[DATA EXTRACT — start]

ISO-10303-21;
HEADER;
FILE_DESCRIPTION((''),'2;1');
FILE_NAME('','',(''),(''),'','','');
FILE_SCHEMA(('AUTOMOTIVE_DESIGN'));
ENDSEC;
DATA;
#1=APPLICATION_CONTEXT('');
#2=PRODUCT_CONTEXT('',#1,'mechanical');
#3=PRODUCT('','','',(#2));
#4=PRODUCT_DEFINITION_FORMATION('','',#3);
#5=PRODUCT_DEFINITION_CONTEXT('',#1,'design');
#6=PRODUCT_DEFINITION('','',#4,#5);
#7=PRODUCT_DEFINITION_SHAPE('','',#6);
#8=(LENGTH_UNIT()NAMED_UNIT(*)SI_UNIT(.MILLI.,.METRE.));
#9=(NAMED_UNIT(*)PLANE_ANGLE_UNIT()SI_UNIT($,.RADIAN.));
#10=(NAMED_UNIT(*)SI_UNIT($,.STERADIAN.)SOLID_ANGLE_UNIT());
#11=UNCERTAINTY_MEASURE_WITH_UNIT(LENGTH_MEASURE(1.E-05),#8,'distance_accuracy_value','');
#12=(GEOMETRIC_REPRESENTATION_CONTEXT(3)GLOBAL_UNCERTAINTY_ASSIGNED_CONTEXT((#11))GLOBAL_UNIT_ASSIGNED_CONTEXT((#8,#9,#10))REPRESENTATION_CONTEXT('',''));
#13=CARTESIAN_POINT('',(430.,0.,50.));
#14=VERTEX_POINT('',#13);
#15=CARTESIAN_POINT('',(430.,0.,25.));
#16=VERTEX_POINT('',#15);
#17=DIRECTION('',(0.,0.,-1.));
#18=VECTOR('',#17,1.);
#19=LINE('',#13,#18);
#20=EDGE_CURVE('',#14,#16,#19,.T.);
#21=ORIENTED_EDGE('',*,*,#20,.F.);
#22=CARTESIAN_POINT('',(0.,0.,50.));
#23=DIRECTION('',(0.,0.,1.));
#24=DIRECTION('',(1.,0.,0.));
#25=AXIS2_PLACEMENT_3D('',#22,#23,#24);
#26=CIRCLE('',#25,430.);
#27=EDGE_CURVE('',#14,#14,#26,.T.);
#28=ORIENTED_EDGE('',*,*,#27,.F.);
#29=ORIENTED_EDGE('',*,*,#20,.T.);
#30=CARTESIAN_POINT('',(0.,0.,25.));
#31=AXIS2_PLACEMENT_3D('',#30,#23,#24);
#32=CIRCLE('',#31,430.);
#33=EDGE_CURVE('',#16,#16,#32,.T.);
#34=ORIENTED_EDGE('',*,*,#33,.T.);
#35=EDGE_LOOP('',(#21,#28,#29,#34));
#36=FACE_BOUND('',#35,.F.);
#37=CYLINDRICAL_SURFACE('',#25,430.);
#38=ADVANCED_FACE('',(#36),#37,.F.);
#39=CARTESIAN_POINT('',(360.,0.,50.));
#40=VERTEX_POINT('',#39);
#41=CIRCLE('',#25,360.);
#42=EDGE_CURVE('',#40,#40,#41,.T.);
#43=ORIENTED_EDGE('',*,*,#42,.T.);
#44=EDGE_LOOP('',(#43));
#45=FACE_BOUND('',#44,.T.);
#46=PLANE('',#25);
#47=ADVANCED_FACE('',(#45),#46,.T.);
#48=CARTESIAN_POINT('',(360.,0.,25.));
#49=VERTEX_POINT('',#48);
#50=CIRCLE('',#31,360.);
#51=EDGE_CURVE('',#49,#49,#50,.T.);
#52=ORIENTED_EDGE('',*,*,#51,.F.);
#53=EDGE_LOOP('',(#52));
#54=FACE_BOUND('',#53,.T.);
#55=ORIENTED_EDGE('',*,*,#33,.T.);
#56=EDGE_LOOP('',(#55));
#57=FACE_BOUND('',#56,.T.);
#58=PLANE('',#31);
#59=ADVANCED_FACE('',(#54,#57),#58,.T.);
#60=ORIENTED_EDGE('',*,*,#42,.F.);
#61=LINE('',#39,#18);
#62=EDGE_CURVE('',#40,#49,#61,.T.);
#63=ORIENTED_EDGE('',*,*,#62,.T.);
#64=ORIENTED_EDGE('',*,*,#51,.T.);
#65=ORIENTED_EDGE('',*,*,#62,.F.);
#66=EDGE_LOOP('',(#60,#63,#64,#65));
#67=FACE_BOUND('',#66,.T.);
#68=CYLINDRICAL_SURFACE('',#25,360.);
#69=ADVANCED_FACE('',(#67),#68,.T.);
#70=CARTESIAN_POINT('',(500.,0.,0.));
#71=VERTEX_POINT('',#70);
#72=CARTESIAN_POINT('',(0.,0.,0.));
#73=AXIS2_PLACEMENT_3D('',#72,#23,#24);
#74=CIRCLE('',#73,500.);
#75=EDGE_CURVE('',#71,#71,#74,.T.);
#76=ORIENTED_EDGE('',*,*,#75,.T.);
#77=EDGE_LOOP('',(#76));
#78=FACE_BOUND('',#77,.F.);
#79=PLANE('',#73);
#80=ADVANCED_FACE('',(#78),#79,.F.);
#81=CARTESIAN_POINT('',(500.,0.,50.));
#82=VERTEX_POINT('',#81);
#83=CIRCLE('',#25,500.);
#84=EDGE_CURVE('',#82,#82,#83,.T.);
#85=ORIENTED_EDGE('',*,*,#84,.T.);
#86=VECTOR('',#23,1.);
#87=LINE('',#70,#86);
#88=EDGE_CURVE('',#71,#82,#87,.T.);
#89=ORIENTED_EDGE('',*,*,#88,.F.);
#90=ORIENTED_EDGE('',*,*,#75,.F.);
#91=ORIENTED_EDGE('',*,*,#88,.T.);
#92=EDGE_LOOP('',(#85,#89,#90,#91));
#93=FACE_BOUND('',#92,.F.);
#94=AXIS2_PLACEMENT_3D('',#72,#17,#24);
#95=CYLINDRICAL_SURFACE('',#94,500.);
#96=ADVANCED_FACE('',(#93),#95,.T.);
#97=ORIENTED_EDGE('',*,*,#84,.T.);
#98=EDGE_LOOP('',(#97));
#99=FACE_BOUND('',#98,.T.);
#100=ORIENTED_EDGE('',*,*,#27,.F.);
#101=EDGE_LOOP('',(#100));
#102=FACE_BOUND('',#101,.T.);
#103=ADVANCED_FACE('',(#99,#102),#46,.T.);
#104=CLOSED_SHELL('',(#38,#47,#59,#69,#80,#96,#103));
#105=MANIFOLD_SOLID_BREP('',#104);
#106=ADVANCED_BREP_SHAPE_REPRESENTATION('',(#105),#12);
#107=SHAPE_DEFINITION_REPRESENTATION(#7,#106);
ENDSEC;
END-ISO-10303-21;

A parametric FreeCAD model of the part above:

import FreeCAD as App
import Part
import Sketcher
from FreeCAD import Vector

doc = App.newDocument("Part")
body = doc.addObject("PartDesign::Body", "Body")

sketch1 = body.newObject("Sketcher::SketchObject", "Sketch")
sketch1.AttachmentSupport = (doc.getObject("XY_Plane"), [""])
sketch1.MapMode = "FlatFace"
sketch1.addGeometry(Part.Circle(Vector(0, 0, 0), Vector(0, 0, 1), 500), False)
sketch1.addConstraint(Sketcher.Constraint("Coincident", 0, 3, -1, 1))
sketch1.addConstraint(Sketcher.Constraint("Diameter", 0, 1000.0))
pad1 = body.newObject("PartDesign::Pad", "Pad")
pad1.Profile = sketch1
pad1.Length = 50

sketch2 = body.newObject("Sketcher::SketchObject", "Sketch001")
sketch2.AttachmentSupport = (doc.getObject("XY_Plane"), [""])
sketch2.MapMode = "FlatFace"
sketch2.AttachmentOffset = App.Placement(Vector(0, 0, 50), App.Rotation())
sketch2.addGeometry(Part.Circle(Vector(0, 0, 0), Vector(0, 0, 1), 430), False)
sketch2.addGeometry(Part.Circle(Vector(0, 0, 0), Vector(0, 0, 1), 360), False)
sketch2.addConstraint(Sketcher.Constraint("Coincident", 0, 3, -1, 1))
sketch2.addConstraint(Sketcher.Constraint("Coincident", 1, 3, -1, 1))
sketch2.addConstraint(Sketcher.Constraint("Diameter", 0, 860.0))
sketch2.addConstraint(Sketcher.Constraint("Diameter", 1, 720.0))
pocket1 = body.newObject("PartDesign::Pocket", "Pocket")
pocket1.Profile = sketch2
pocket1.Length = 25

doc.recompute()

[DATA EXTRACT — finish]

PROMPT:
Begin at the line above that has "#56=EDGE_LOOP('',(#55));" and stop after the line that has "#93=FACE_BOUND('',#92,.F.);", copying each line exactly and adding nothing else.

YOUR RESPONSE:
#56=EDGE_LOOP('',(#55));
#57=FACE_BOUND('',#56,.T.);
#58=PLANE('',#31);
#59=ADVANCED_FACE('',(#54,#57),#58,.T.);
#60=ORIENTED_EDGE('',*,*,#42,.F.);
#61=LINE('',#39,#18);
#62=EDGE_CURVE('',#40,#49,#61,.T.);
#63=ORIENTED_EDGE('',*,*,#62,.T.);
#64=ORIENTED_EDGE('',*,*,#51,.T.);
#65=ORIENTED_EDGE('',*,*,#62,.F.);
#66=EDGE_LOOP('',(#60,#63,#64,#65));
#67=FACE_BOUND('',#66,.T.);
#68=CYLINDRICAL_SURFACE('',#25,360.);
#69=ADVANCED_FACE('',(#67),#68,.T.);
#70=CARTESIAN_POINT('',(500.,0.,0.));
#71=VERTEX_POINT('',#70);
#72=CARTESIAN_POINT('',(0.,0.,0.));
#73=AXIS2_PLACEMENT_3D('',#72,#23,#24);
#74=CIRCLE('',#73,500.);
#75=EDGE_CURVE('',#71,#71,#74,.T.);
#76=ORIENTED_EDGE('',*,*,#75,.T.);
#77=EDGE_LOOP('',(#76));
#78=FACE_BOUND('',#77,.F.);
#79=PLANE('',#73);
#80=ADVANCED_FACE('',(#78),#79,.F.);
#81=CARTESIAN_POINT('',(500.,0.,50.));
#82=VERTEX_POINT('',#81);
#83=CIRCLE('',#25,500.);
#84=EDGE_CURVE('',#82,#82,#83,.T.);
#85=ORIENTED_EDGE('',*,*,#84,.T.);
#86=VECTOR('',#23,1.);
#87=LINE('',#70,#86);
#88=EDGE_CURVE('',#71,#82,#87,.T.);
#89=ORIENTED_EDGE('',*,*,#88,.F.);
#90=ORIENTED_EDGE('',*,*,#75,.F.);
#91=ORIENTED_EDGE('',*,*,#88,.T.);
#92=EDGE_LOOP('',(#85,#89,#90,#91));
#93=FACE_BOUND('',#92,.F.);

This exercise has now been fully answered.